I'm quite puzzled at how this came to be.
Git stores names—branch names, tag names, remote-tracking names, and the like—in a key-value database where the full name, e.g., refs/heads/main
, is the key, and the value is a hash ID. OK, but what does this have to do with anything? Well, the actual implementation of this key-value database is pretty sleazy, at the moment:
- sometimes the name-value pair consist of a line (perhaps with an auxiliary line added) in a file named
.git/packed-refs
;
- sometimes the value is stored in a plain-text file (no auxiliary line added) that is stored in a directory within
.git/refs
, with the directory name made up of the components of the reference (with the redundant refs/
elided).
Sometimes it's even in both locations, although this means that the "unpacked" file ref overrides the packed one as it's presumed to be newer.

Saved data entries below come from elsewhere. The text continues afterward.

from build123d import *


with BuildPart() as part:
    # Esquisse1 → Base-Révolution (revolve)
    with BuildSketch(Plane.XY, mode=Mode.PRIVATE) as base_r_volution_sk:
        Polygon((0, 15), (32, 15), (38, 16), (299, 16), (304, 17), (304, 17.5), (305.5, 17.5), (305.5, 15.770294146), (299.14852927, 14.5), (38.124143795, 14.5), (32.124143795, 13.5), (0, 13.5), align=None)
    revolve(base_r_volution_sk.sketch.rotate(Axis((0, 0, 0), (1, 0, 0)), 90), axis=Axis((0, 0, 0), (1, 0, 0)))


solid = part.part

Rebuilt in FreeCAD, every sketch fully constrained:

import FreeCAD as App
import Part
import Sketcher
Q = App.Units.Quantity


def add_polygon(sketch, points):
    """Adds a closed chain of lines whose ends are joined by coincident constraints."""
    first, n = sketch.GeometryCount, len(points)
    for a, b in zip(points, points[1:] + points[:1]):
        sketch.addGeometry(Part.LineSegment(App.Vector(*a, 0), App.Vector(*b, 0)), False)
    for i in range(n):
        sketch.addConstraint(Sketcher.Constraint("Coincident", first + i, 2, first + (i + 1) % n, 1))

doc = App.newDocument("Part")
body = doc.addObject("PartDesign::Body", "Body")

sketch1 = doc.addObject("Sketcher::SketchObject", "Sketch")
body.addObject(sketch1)
sketch1.AttachmentSupport = (doc.XY_Plane, [""])
sketch1.MapMode = "FlatFace"
add_polygon(sketch1, [(32, 15), (0, 15), (0, 13.5), (32.1, 13.5), (38.1, 14.5), (299.1, 14.5), (305.5, 15.8), (305.5, 17.5), (304, 17.5), (304, 17), (299, 16), (38, 16)])
sketch1.addConstraint([
    Sketcher.Constraint("Horizontal", 0),
    Sketcher.Constraint("Vertical", 1),
    Sketcher.Constraint("Horizontal", 2),
    Sketcher.Constraint("Horizontal", 4),
    Sketcher.Constraint("Vertical", 6),
    Sketcher.Constraint("Horizontal", 7),
    Sketcher.Constraint("Vertical", 8),
    Sketcher.Constraint("Horizontal", 10),
    Sketcher.Constraint("PointOnObject", 0, 2, -2),
    Sketcher.Constraint("Parallel", 5, 9),
    Sketcher.Constraint("Parallel", 3, 11),
    Sketcher.Constraint("Equal", 7, 1),
    Sketcher.Constraint("Equal", 3, 11),
    Sketcher.Constraint("DistanceX", 0, 2, 0, 1, Q("32 mm")),
    Sketcher.Constraint("DistanceX", 10, 2, 10, 1, Q("261 mm")),
    Sketcher.Constraint("DistanceX", 7, 2, 7, 1, Q("1.5 mm")),
    Sketcher.Constraint("DistanceY", 8, 2, 8, 1, Q("0.5 mm")),
    Sketcher.Constraint("DistanceY", -1, 1, 0, 2, Q("15 mm")),
    Sketcher.Constraint("DistanceX", -1, 1, 7, 2, Q("304 mm")),
    Sketcher.Constraint("DistanceY", -1, 1, 8, 2, Q("17 mm")),
    Sketcher.Constraint("DistanceX", -1, 1, 9, 2, Q("299 mm")),
    Sketcher.Constraint("DistanceY", -1, 1, 9, 2, Q("16 mm")),
    Sketcher.Constraint("DistanceX", 2, 1, 2, 2, Q("32.124144 mm")),
    Sketcher.Constraint("DistanceX", 4, 1, 4, 2, Q("261.024385 mm")),
])
revolution = doc.addObject("PartDesign::Revolution", "Revolution")
body.addObject(revolution)
revolution.Profile = sketch1
revolution.ReferenceAxis = (sketch1, ["H_Axis"])
revolution.Angle = 360

doc.recompute()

So this means that if a branch named feature/foo
exists, .git/refs/heads/feature/
might exist. Or it might not!
OK, but so what? Well, if that directory does exist and you run a Python program and Python loads a file named app.py
and byte-compiles it to a .pyc
file (and you're using Python3), the python byte-compiler might write the .pyc
file to a file named __pycache__/app.cpython-310.pyc
.1 Python will then use this byte-compiled file to load and run things.

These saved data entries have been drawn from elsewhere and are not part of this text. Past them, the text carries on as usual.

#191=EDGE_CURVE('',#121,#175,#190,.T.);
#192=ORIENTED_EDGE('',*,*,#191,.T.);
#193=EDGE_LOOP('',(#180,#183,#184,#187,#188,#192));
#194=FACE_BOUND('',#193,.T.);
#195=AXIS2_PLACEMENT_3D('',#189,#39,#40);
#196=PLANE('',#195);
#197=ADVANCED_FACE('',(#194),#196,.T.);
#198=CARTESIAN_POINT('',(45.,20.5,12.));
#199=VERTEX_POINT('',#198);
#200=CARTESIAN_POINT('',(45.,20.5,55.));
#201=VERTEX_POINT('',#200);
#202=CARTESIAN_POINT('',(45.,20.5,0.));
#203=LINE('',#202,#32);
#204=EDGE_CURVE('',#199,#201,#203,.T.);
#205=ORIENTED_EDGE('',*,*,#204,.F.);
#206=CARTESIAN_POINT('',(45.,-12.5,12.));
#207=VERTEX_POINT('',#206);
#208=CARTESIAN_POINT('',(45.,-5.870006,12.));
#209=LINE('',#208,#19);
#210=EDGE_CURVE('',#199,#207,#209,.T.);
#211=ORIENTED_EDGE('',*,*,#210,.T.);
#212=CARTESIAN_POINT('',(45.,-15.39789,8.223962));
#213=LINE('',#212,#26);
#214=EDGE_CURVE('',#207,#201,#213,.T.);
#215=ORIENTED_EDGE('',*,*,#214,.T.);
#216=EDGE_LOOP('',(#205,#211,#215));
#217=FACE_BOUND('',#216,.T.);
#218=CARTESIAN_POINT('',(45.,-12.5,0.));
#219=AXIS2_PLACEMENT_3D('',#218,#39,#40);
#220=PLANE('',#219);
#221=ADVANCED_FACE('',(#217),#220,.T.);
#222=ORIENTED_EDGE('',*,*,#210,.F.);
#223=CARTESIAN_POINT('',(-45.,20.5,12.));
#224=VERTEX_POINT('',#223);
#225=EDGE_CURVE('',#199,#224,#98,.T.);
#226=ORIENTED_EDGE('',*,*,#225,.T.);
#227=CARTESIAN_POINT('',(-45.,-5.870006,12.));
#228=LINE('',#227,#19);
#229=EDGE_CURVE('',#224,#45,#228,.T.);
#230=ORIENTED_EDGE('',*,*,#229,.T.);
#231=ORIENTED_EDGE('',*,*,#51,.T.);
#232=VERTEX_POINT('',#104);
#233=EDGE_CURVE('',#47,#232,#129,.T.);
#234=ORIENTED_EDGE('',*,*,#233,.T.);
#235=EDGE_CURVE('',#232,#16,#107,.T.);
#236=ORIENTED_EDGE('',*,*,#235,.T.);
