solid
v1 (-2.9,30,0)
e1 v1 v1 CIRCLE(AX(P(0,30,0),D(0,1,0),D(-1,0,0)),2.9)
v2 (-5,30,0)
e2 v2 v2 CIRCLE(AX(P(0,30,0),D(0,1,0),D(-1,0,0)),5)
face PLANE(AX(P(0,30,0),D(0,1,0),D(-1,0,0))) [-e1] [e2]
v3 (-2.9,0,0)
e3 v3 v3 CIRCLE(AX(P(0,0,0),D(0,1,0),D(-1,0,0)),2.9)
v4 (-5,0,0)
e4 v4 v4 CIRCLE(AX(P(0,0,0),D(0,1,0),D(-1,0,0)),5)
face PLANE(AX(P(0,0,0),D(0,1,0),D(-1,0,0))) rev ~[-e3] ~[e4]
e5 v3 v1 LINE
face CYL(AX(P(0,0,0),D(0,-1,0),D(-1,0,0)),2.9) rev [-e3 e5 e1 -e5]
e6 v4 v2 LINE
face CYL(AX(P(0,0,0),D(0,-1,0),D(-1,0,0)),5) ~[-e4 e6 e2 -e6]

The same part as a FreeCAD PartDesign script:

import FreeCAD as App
import Part
import Sketcher

doc = App.newDocument("Part")
body = doc.addObject("PartDesign::Body", "Body")

# Sketch on XZ plane
sketch1 = body.newObject("Sketcher::SketchObject", "Sketch")
sketch1.AttachmentSupport = (doc.getObject("XZ_Plane"), [""])
sketch1.MapMode = "FlatFace"
sketch1.addGeometry(Part.Circle(App.Vector(0, 0, 0), App.Vector(0, 0, 1), 5), False)
sketch1.addGeometry(Part.Circle(App.Vector(0, 0, 0), App.Vector(0, 0, 1), 2.9), False)
sketch1.addConstraint(Sketcher.Constraint("Coincident", 0, 3, -1, 1))
sketch1.addConstraint(Sketcher.Constraint("Coincident", 1, 3, -1, 1))
sketch1.addConstraint(Sketcher.Constraint("Diameter", 0, 10.0))
sketch1.addConstraint(Sketcher.Constraint("Diameter", 1, 5.8))
pad1 = body.newObject("PartDesign::Pad", "Pad")
pad1.Profile = sketch1
pad1.Length = 30
pad1.Reversed = True

doc.recompute()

But once Python has done that, Git will think that .git/refs/heads/feature/__pycache__/app.cpython-310.pyc
is a valid ref and therefore there is a branch named feature/__pycache__/app.cpython-310.pyc
. Unfortunately, its hash ID is garbage.
The same sort of thing can happen with a remote-tracking name: the only difference is that the directory in question will begin with .git/refs/remotes/origin/feature/
. In both cases, Git thinks the name is valid, but the value—the hash ID—is bogus. This is what causes the failure to "lock" the "broken" reference.2
The real question, then, is: What caused a running Python program to drop a __pycache__
file into a subdirectory of your Git repository? The location of the __pycache__
directory is supposed to be the same as the location of the loaded .py
file, which would suggest that something wrote an app.py
file inside this internal Git repository .git/refs/
directory, which would be bad (programs should not do that sort of thing: they should generate their temporary files in private temporary directories or /tmp
or similar).
Other than pointing to What is __pycache__? and If Python is interpreted, what are .pyc files? I must leave this mystery unsolved at this point, since I have no idea what created this app.py
file in the first place.
1The compiled file may end with .pyo
if byte-code-optimization is turned on. Python2 writes these files next to the .py
files, rather than in a __pycache__
directory. The cpython-310
part in the middle means you're using CPython version 3.10; this version number insertion doesn't occur in some (older) versions of Python.
2The act of "locking" a ref in this case consists of creating a file whose name ends in .lock
and is otherwise the same as the full ref file name. This file will be used to hold the new value, and an atomic rename
operation will be used to swap the file into place to update and unlock the ref. All of this depends heavily on POSIX file semantics, which is one of the numerous reasons one should not put a .git
repository into cloud-managed software folders, which don't obey POSIX file semantics.